Input/output options:

-f, --alignment_file <file>
 alignment file in SAM/BAM/CRAM format
-r, --reference_filename <file>
 path to a FASTA-formatted reference file for CRAM files.
-f, --fasta <file>
 Fasta file containing raw reads
-p, --pacbio set this flag if input file contains PacBio reads instead of Illumina reads
-n, --nanopore set this flag if input file contains Nanopore MinION reads instead of Illumina
-o, --outfile <file>
 file to write results. adVNTR writes output to stdout if oufile is not specified
-of, --outfmt <format>
 output format. Allowed values are {text, bed} [text]

Algorithm options:

-fs, --frameshift
 set this flag to search for frameshifts in VNTR instead of copy number.
-e, --expansion
 set this flag to determine long expansion from PCR-free data
-c, --coverage <float>
 average sequencing coverage in PCR-free sequencing
--haploid set this flag if the organism is haploid
-naive, --naive
 use naive approach for PacBio reads

Other options:

-h, --help show this help message and exit
--working_directory <path>
 working directory for creating temporary files needed for computation
-m, --models <file>
 file containing VNTRs information [vntr_data/hg19_VNTRs.db]
-t, --threads <int>
 number of threads [4]
-u, --update set this flag to iteratively update the model
-vid, --vntr_id <text>
 comma-separated list of VNTR IDs
View VNTRs

Under construction …

Add Custom VNTR

Use advntr addmodel [options] to add a VNTR to the database. The structure of VNTR and its genomic coordinate are required.

Required arguments:

-r, --reference <text>
 Reference genome
-c, --chromosome <text>
 Chromosome (e.g. chr1)
-p, --pattern <text>
 First repeating pattern of VNTR in forward (5’ to 3’) direction
-s, --start <int>
 Start coordinate of VNTR in forward (5’ to 3’) direction
-e, --end <int>
 End coordinate of VNTR in forward (5’ to 3’) direction

Other options:

-g, --gene <text>
 Gene name
-a, --annotation <text>
 Annotation of VNTR region

-m/–models <file> VNTR models file [vntr_data/hg19_selected_VNTRs_Illumina.db] -h, –help show this help message and exit

You can use --update in genotyping step to iteratively update the model using real data.

Delete a VNTR

Use advntr delmodel --vntr_id <ID> to remove a VNTR from database.

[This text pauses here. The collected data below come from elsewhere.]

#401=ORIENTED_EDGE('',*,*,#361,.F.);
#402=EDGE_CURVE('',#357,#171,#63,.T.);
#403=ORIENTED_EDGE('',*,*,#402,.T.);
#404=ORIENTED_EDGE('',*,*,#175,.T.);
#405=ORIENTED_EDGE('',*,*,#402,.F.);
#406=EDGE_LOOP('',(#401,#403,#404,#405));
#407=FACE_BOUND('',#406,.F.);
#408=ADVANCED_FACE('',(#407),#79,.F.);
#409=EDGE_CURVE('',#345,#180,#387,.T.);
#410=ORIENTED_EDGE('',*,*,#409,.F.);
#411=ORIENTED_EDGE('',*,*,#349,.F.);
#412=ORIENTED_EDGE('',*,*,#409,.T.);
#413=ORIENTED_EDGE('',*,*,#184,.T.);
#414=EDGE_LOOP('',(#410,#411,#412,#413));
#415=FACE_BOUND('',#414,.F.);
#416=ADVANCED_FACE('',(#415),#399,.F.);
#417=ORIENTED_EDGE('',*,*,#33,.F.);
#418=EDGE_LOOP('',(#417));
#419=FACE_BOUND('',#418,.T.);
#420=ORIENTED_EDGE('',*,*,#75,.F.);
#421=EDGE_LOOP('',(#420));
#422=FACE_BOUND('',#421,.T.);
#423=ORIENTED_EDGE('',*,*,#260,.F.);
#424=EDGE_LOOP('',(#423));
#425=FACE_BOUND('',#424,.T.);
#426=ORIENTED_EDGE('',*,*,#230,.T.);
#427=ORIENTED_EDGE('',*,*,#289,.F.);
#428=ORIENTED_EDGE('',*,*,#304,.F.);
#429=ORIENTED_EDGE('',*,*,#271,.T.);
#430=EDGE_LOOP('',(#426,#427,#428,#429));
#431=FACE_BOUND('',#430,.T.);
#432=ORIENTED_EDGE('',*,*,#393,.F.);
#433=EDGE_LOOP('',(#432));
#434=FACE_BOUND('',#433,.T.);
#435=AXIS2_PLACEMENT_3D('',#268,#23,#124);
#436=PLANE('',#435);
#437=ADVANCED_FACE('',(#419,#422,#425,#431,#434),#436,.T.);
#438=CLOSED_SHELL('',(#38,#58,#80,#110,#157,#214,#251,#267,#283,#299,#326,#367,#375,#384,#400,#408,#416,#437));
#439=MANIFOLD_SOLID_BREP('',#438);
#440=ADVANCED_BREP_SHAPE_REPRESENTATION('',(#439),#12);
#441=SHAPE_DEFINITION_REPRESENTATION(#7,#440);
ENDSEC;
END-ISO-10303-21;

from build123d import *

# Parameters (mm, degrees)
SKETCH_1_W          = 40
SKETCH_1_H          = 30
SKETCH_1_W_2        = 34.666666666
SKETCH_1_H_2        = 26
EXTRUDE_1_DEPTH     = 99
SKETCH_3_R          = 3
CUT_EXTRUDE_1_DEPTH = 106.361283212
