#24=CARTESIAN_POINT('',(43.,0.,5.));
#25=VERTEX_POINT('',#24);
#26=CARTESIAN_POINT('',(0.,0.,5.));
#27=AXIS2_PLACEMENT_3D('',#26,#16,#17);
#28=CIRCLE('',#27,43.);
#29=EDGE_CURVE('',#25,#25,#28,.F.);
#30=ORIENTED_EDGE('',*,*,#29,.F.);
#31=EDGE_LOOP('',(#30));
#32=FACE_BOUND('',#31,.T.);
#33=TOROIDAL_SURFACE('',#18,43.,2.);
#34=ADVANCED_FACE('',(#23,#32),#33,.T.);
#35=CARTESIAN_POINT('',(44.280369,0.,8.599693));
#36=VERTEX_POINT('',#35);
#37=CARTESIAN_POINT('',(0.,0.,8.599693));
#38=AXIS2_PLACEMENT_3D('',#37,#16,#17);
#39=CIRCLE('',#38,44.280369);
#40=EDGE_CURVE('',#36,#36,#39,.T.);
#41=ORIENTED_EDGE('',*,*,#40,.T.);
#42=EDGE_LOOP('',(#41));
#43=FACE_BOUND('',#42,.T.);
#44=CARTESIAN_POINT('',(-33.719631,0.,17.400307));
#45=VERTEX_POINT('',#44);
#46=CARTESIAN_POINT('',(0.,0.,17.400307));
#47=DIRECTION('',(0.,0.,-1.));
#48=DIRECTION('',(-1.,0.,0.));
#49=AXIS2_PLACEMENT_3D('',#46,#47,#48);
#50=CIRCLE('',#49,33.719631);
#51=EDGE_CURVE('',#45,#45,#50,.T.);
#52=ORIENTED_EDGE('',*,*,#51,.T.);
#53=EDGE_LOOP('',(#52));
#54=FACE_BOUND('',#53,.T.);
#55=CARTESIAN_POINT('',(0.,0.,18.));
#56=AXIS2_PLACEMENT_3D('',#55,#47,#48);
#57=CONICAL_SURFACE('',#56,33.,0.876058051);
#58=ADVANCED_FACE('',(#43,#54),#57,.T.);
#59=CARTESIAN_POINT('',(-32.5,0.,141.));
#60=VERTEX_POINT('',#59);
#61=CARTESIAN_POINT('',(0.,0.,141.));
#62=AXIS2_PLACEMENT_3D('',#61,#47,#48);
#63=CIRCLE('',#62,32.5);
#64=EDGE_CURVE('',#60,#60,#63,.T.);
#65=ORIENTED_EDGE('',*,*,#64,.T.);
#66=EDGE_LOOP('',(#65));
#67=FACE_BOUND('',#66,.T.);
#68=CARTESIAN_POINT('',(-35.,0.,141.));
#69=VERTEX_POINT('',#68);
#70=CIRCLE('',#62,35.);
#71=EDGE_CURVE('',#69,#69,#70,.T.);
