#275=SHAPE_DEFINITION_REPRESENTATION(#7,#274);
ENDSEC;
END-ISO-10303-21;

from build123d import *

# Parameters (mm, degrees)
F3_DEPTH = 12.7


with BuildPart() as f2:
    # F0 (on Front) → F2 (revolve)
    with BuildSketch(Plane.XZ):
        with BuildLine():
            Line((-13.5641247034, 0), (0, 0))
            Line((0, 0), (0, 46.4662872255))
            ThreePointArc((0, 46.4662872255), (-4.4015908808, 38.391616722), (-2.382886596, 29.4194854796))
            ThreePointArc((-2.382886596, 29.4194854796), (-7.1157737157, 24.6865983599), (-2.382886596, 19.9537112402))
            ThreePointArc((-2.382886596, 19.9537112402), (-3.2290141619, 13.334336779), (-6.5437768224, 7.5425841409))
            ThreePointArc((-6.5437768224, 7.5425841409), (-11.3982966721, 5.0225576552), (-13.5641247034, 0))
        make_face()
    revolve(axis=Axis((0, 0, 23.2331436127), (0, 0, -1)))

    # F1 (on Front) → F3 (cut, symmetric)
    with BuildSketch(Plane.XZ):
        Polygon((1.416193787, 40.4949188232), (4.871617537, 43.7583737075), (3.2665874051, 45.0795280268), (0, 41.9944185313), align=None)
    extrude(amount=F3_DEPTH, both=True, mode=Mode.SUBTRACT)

Required arguments: -vid/–vntr_id <text> VNTR ID

Other options:

-m/–models <file> VNTR models file [vntr_data/hg19_selected_VNTRs_Illumina.db] -h, –help show this help message and exit

Publication

Bakhtiari, M., Shleizer-Burko, S., Gymrek, M., Bansal, V. and Bafna, V., 2018. Targeted genotyping of variable number tandem repeats with adVNTR. Genome Research, 28(11), pp.1709-1719.